The first notable reason is, of course, price. For the most part, we’re all broke-ass university students with a limited income. Although we may delude ourselves into thinking we have infinite sums of money after hearing the siren song of another pint, reality is a bit harsher. Parental generosity is limited, wallets eventually run dry, and we occasionally scramble a bit to pay off our growing pizza debt (Charlie, if you’re reading this, I still don’t have your “goddamn money”). Although Aldi and Morrisons don’t make up for all the cost, they do a pretty good job of contributing. Just this last week, I got four chicken breasts (over 600g) for £4. At TESCO I’ve scarcely gotten 400g for those prices. Granted, my chicken might be worse than TESCO chicken, but I’m from America. Quantity is all that matters and quality is for commie suckers.
Of course, price isn’t all the badland stores have to offer, they also offer a selection outstripping anything Tesco offers. Both Aldi and Morrisons put Tesco’s baked good section (the most important section) to shame and the sheer variety of frozen meals at Morrisons still astounds me. What’s more, these myriad options are consistently stocked. No matter when I show up, Morisson’s always has a plethora of every produce item I’m looking for, whether it be broccoli, bell peppers, or green onion. Tesco, on the other hand, is often picked as clean as every store’s liquor section the night before raisin.

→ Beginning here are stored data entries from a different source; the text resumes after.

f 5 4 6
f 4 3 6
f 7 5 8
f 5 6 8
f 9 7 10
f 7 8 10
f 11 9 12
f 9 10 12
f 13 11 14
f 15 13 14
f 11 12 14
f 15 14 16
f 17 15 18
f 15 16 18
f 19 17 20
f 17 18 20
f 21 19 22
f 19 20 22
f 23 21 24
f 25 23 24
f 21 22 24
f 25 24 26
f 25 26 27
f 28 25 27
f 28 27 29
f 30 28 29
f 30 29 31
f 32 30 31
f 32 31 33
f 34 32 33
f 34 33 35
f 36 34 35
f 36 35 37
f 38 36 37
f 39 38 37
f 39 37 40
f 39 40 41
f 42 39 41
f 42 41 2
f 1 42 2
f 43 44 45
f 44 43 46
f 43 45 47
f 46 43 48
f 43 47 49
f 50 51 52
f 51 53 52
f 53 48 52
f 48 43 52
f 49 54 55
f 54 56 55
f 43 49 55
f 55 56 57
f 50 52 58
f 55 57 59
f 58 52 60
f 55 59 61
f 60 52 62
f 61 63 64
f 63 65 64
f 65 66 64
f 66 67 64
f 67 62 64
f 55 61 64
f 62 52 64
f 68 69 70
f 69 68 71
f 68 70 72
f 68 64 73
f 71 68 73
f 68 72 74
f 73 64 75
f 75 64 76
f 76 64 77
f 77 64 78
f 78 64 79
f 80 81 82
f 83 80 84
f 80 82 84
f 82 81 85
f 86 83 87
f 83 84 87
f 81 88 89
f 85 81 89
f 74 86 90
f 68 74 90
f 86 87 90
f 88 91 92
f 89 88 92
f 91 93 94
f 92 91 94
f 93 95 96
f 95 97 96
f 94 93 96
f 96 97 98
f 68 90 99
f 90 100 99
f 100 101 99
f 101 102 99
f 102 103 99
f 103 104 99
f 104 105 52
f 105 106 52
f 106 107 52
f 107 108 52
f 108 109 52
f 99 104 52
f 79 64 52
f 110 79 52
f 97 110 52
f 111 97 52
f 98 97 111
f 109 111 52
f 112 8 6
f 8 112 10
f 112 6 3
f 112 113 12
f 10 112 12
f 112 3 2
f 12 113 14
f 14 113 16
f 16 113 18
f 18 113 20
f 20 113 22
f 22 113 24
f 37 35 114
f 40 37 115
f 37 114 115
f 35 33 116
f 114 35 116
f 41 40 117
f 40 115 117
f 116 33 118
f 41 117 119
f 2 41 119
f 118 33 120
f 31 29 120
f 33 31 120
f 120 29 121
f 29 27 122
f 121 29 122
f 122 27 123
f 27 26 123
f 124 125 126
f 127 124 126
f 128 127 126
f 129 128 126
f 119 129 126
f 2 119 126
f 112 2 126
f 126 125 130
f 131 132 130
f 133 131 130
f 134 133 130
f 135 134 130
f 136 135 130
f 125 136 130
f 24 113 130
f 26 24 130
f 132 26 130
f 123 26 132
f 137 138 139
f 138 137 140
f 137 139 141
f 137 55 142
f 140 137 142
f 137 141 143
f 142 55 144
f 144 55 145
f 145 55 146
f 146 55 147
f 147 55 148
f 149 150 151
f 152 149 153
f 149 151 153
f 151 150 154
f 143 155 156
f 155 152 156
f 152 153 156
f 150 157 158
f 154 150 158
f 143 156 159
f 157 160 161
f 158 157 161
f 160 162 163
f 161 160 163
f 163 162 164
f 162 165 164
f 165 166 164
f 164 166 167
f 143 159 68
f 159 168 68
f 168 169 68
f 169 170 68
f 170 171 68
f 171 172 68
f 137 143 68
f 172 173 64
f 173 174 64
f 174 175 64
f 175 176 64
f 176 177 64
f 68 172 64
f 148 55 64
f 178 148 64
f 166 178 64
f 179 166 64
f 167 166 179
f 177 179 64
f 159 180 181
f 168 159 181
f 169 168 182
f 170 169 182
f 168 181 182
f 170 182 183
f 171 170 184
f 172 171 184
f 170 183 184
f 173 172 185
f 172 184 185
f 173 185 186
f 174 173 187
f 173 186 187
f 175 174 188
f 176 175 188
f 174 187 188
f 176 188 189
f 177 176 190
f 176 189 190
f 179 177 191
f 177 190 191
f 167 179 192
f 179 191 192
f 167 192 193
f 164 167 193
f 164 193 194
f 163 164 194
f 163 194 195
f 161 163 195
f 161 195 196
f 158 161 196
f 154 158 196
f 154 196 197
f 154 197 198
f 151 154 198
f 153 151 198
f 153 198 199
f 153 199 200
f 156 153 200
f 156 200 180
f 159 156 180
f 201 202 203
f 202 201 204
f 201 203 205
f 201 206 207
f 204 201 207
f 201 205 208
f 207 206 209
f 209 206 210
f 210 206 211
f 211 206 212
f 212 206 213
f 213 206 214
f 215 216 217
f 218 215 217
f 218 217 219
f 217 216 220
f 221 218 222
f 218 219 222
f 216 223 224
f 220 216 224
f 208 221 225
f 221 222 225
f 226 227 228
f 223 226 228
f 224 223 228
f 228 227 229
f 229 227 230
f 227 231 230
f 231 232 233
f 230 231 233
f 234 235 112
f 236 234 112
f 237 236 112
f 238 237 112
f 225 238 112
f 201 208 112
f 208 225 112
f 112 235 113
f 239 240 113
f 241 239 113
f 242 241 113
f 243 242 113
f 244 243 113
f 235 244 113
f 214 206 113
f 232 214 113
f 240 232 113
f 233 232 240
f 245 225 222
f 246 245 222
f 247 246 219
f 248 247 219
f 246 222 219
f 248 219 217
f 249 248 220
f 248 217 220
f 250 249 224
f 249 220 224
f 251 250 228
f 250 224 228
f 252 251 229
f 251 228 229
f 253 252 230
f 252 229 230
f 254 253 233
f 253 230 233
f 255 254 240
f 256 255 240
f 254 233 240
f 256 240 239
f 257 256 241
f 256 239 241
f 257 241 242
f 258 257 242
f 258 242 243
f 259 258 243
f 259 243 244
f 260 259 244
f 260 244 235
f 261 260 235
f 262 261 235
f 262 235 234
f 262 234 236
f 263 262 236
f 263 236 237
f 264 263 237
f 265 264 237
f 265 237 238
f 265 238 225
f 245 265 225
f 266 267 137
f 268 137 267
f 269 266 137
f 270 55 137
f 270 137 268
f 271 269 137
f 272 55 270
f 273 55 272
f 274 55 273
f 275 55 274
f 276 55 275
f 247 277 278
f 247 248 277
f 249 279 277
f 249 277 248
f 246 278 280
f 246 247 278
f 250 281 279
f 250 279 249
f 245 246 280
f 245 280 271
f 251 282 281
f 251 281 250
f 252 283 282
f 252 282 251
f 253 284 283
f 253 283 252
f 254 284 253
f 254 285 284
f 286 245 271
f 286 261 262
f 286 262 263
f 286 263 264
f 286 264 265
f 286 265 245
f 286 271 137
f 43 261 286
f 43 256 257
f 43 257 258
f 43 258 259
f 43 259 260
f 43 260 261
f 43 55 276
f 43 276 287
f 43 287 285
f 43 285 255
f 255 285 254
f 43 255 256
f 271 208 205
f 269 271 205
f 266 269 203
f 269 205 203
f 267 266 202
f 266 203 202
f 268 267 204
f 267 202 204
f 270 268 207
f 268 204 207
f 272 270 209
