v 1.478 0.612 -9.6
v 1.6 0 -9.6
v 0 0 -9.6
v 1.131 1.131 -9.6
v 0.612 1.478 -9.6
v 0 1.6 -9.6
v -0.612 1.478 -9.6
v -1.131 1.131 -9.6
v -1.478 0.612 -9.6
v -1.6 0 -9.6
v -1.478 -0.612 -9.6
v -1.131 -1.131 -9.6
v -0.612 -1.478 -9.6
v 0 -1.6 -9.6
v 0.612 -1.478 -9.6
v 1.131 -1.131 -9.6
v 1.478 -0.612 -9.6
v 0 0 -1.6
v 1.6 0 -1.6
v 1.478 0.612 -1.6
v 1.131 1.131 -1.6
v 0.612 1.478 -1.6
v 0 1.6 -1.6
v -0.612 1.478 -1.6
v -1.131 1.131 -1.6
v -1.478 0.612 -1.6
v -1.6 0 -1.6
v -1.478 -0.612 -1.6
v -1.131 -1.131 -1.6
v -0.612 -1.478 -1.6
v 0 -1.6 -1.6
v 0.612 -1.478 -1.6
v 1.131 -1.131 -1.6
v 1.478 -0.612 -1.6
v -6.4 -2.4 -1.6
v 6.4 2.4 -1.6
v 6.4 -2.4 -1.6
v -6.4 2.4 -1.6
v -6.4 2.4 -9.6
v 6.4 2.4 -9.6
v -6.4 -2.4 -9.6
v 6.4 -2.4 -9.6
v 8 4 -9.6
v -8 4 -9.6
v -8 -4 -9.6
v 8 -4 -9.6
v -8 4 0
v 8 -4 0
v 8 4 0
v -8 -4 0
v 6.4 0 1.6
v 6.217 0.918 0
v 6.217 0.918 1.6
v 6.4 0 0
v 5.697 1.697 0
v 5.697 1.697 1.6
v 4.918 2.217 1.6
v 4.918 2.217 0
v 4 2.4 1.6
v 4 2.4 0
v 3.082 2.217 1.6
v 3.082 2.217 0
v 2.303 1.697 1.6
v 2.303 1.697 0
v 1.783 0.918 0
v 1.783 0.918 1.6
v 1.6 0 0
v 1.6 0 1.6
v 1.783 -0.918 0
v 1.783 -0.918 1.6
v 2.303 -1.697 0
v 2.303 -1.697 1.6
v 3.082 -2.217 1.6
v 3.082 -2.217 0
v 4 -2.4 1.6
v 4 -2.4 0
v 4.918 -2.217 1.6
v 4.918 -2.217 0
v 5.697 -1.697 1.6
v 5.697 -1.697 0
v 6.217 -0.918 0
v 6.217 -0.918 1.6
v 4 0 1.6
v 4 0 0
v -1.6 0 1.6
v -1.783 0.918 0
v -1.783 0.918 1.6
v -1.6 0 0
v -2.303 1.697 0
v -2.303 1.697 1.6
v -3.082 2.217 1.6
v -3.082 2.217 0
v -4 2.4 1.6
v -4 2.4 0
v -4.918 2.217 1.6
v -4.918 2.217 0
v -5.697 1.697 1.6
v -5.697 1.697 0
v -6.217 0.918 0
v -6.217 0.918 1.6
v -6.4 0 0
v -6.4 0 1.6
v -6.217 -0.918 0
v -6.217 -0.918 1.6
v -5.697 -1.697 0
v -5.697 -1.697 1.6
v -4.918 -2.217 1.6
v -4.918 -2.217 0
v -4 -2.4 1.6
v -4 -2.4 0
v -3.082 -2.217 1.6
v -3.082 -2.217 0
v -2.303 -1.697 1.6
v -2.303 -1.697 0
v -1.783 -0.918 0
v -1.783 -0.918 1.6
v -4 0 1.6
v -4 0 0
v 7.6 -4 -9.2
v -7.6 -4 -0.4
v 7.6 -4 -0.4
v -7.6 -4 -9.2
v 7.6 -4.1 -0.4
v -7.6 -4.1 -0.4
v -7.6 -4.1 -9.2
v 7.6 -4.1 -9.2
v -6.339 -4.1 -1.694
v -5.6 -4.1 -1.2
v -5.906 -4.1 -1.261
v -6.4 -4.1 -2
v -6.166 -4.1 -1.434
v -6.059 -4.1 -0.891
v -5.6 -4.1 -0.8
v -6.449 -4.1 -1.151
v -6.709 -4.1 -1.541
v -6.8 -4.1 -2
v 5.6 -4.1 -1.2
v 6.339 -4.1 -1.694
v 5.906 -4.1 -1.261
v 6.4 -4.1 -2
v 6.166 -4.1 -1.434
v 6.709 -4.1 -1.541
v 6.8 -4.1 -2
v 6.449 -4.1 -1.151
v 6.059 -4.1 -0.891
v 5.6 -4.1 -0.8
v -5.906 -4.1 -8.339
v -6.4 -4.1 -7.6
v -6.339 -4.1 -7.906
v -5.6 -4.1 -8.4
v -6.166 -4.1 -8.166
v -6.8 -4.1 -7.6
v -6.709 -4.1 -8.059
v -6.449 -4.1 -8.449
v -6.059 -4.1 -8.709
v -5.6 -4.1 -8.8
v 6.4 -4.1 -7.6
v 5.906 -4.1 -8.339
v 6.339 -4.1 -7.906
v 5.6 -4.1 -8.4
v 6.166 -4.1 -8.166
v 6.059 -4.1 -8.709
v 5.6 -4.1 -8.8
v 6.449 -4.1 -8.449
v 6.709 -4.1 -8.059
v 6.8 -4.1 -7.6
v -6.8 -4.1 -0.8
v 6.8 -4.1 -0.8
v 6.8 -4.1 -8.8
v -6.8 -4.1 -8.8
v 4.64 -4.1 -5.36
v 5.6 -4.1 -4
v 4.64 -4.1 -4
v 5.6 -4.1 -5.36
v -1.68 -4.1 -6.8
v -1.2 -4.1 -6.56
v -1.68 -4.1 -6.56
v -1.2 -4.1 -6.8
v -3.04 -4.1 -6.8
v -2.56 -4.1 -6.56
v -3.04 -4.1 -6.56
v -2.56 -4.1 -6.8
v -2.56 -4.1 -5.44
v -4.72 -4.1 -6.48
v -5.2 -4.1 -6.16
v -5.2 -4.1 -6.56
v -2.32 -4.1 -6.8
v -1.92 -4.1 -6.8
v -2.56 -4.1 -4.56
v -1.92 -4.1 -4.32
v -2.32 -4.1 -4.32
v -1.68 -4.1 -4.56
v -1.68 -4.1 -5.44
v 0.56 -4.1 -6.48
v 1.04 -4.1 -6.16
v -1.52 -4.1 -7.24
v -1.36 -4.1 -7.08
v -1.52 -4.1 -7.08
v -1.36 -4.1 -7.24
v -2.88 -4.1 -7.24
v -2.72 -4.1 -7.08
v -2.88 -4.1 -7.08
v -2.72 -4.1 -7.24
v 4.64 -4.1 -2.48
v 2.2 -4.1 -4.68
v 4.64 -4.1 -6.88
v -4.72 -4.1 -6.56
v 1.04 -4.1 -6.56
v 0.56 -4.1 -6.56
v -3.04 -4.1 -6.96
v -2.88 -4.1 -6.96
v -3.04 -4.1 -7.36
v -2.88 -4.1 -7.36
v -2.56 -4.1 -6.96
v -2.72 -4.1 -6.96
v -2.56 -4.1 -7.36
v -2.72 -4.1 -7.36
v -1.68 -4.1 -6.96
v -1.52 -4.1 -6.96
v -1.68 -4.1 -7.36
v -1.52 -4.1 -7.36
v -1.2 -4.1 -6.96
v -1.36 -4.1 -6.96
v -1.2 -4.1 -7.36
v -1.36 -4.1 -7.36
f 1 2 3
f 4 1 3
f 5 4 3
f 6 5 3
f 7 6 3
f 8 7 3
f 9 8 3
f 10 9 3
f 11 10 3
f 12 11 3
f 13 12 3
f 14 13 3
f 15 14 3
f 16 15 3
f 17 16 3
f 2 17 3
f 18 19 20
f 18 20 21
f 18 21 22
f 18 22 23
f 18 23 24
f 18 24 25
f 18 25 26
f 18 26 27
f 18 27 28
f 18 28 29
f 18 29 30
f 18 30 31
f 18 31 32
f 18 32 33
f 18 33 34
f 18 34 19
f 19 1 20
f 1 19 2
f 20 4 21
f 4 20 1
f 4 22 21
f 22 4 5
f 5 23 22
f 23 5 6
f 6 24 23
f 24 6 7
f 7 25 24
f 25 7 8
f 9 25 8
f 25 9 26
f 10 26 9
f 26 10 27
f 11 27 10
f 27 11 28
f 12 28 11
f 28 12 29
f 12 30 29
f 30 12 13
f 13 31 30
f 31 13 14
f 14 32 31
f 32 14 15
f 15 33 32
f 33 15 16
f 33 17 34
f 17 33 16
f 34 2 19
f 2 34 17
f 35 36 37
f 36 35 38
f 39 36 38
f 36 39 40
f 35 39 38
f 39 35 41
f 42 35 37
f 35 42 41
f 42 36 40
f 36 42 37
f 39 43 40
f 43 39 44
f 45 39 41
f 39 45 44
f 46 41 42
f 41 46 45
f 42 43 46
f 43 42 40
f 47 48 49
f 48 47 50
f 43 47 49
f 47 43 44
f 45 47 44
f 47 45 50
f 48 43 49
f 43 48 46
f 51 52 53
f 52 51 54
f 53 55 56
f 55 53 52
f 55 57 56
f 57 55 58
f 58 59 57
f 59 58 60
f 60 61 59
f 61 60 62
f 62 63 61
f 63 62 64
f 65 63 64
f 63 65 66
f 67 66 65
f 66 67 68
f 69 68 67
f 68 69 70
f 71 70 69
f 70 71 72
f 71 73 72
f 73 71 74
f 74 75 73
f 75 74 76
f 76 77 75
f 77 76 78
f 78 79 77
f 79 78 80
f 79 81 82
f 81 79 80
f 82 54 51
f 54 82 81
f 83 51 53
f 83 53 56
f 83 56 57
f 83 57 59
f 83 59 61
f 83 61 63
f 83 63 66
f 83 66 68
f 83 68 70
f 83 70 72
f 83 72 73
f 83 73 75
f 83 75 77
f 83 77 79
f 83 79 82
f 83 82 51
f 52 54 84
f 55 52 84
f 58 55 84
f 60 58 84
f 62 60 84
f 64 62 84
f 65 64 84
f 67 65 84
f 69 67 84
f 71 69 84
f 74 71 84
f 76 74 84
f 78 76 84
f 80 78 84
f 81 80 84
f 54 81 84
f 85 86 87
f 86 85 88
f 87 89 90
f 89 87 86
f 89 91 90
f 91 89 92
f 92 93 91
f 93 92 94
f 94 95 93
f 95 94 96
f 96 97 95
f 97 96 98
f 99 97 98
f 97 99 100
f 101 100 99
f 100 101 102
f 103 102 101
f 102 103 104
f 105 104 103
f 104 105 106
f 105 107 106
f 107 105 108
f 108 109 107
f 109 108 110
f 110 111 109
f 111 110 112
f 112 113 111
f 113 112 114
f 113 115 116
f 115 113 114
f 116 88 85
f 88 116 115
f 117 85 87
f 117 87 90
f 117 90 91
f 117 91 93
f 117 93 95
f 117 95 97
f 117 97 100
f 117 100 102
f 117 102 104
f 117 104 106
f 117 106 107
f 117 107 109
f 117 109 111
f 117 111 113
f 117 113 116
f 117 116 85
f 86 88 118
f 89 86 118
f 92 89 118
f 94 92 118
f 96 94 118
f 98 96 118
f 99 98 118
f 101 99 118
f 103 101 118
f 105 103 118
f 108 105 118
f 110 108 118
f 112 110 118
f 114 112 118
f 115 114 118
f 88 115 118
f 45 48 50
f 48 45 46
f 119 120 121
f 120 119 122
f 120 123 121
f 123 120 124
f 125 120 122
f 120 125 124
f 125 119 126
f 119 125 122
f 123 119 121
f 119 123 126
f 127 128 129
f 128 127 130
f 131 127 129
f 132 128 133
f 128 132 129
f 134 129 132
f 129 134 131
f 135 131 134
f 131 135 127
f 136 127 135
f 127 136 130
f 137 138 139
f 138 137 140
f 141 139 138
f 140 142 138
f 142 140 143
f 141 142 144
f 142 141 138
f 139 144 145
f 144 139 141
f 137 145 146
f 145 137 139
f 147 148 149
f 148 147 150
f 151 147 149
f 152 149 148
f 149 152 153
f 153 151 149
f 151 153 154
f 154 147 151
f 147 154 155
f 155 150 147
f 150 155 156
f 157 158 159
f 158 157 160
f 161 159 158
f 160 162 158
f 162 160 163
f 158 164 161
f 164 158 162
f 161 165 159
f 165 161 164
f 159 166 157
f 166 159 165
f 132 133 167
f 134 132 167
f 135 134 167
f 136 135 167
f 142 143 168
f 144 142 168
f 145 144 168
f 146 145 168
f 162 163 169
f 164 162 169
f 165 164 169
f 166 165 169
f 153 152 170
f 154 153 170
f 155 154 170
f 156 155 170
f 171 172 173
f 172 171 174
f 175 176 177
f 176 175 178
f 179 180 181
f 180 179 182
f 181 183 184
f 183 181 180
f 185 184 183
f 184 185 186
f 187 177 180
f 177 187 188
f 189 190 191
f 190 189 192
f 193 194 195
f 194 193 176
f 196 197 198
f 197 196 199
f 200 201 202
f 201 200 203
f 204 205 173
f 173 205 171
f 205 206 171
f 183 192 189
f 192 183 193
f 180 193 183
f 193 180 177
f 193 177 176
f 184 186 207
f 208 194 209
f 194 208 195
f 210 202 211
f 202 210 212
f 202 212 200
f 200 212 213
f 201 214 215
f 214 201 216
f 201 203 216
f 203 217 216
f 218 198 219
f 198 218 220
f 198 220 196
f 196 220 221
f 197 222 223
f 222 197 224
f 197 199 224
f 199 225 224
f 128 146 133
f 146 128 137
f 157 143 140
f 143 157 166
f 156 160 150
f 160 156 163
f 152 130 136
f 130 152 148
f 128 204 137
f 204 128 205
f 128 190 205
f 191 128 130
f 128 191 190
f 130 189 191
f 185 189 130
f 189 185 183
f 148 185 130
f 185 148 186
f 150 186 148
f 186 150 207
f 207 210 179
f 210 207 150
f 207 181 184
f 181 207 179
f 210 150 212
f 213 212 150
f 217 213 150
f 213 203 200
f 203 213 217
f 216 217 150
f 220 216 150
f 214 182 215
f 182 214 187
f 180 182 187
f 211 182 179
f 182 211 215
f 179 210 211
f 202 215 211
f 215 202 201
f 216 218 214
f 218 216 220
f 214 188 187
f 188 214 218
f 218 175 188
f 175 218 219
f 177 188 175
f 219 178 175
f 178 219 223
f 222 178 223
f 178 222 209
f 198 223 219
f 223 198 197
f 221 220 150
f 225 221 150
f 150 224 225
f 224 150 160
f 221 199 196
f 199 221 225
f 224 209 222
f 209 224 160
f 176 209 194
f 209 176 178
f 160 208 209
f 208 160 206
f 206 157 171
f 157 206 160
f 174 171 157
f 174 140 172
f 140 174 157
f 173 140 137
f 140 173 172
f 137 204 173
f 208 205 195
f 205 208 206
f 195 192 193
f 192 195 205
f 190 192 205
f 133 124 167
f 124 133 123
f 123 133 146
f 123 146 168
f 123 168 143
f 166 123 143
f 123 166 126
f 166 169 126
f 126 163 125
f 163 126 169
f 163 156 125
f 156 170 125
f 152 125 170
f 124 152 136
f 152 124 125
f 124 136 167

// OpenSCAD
// file: ../p/4-4edge.scad
use <../lib.scad>
function ldraw_lib__4_4edge() = [
// 0 Circle 1.0
// 0 Name: 4-4edge.dat
// 0 Author: James Jessiman
// 0 !LDRAW_ORG Primitive UPDATE 2017-01
// 0 !LICENSE Licensed under CC BY 2.0 and CC BY 4.0 : see CAreadme.txt
// 
// 0 BFC CERTIFY CCW
  [0,"BFC","CERTIFY"],
  [0,"BFC","CCW"],
// 
// 0 !HISTORY 1998-12-15 [PTadmin] Official Update 1998-10
// 0 !HISTORY 2005-12-28 [PTadmin] Official Update 2005-01
// 0 !HISTORY 2007-06-24 [PTadmin] Header formatted for Contributor Agreement
// 0 !HISTORY 2008-07-01 [PTadmin] Official Update 2008-01
// 0 !HISTORY 2017-01-15 [Steffen] BFCed
// 0 !HISTORY 2017-12-30 [PTadmin] Official Update 2017-01
// 
// 
// 2 24 1 0 0 0.9239 0 0.3827
  [2,24,1,0,0,0.9239,0,0.3827],
// 2 24 0.9239 0 0.3827 0.7071 0 0.7071
  [2,24,0.9239,0,0.3827,0.7071,0,0.7071],
// 2 24 0.7071 0 0.7071 0.3827 0 0.9239
  [2,24,0.7071,0,0.7071,0.3827,0,0.9239],
// 2 24 0.3827 0 0.9239 0 0 1
  [2,24,0.3827,0,0.9239,0,0,1],
// 2 24 0 0 1 -0.3827 0 0.9239
  [2,24,0,0,1,-0.3827,0,0.9239],
// 2 24 -0.3827 0 0.9239 -0.7071 0 0.7071
  [2,24,-0.3827,0,0.9239,-0.7071,0,0.7071],
// 2 24 -0.7071 0 0.7071 -0.9239 0 0.3827
  [2,24,-0.7071,0,0.7071,-0.9239,0,0.3827],
// 2 24 -0.9239 0 0.3827 -1 0 -0
  [2,24,-0.9239,0,0.3827,-1,0,-0],
// 2 24 -1 0 -0 -0.9239 0 -0.3827
  [2,24,-1,0,-0,-0.9239,0,-0.3827],
// 2 24 -0.9239 0 -0.3827 -0.7071 0 -0.7071
  [2,24,-0.9239,0,-0.3827,-0.7071,0,-0.7071],
// 2 24 -0.7071 0 -0.7071 -0.3827 0 -0.9239
  [2,24,-0.7071,0,-0.7071,-0.3827,0,-0.9239],
// 2 24 -0.3827 0 -0.9239 0 0 -1
  [2,24,-0.3827,0,-0.9239,0,0,-1],
// 2 24 0 0 -1 0.3827 0 -0.9239
  [2,24,0,0,-1,0.3827,0,-0.9239],
// 2 24 0.3827 0 -0.9239 0.7071 0 -0.7071
  [2,24,0.3827,0,-0.9239,0.7071,0,-0.7071],
// 2 24 0.7071 0 -0.7071 0.9239 0 -0.3827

The walk to the Badland stores is even pleasant. I live in DRA, so I get to amble through a variety of quiet streets, otherwise unoccupied by cars or pedestrians. It provides a reasonable excuse to pull myself away from my computer and school work to enjoy the weather while the sun is still out. If the sun isn’t out, I justify the rain-soaked jaunt by noting how much it builds character, and prepare a story to tell my future children about my “struggle.”
For the culinarily inclined and walk-amenable, though, these motives alone might push one over the edge to take the long road to the badlands stores. For those whose wallets are less strained and more time-pressed Tesco’s pull might be irresistible. To them I ask: are you really saving time? Walking to the badlands is maybe the only motivation I have to plan and buy a week’s worth of food rather than two day’s. Though I hate to admit it, Tesco is convenient, but that convenience breeds weakness and daily dependency, sucking time like a vampire for every meal purchased. And truly, what is scarier than hypothetical time sucking vampires?
Finally, customer experience is simply better in the badlands. Both Aldi and Morrisons have space to spread out and have a less dense clientele. I dislike people, so meeting them (and literally bumping into them) unexpectedly is a less than an ideal morning/afternoon/evening for me. Morrisons replaces the dense cluster of students with a few pleasant locals, less likely to swarm the place at precisely 9:40pm.
In the end, I cannot judge you for going to Tesco. It is, after all, more convenient. If, however, you want more for less, desire better for the less you spend, and are willing to brave the badlands of St Andrews; consider joining the few and the bold who make their way out of the three streets, to something more extraordinary. The bounty you will carry home will be greater than your wildest dreams…or at least it will be reasonably priced.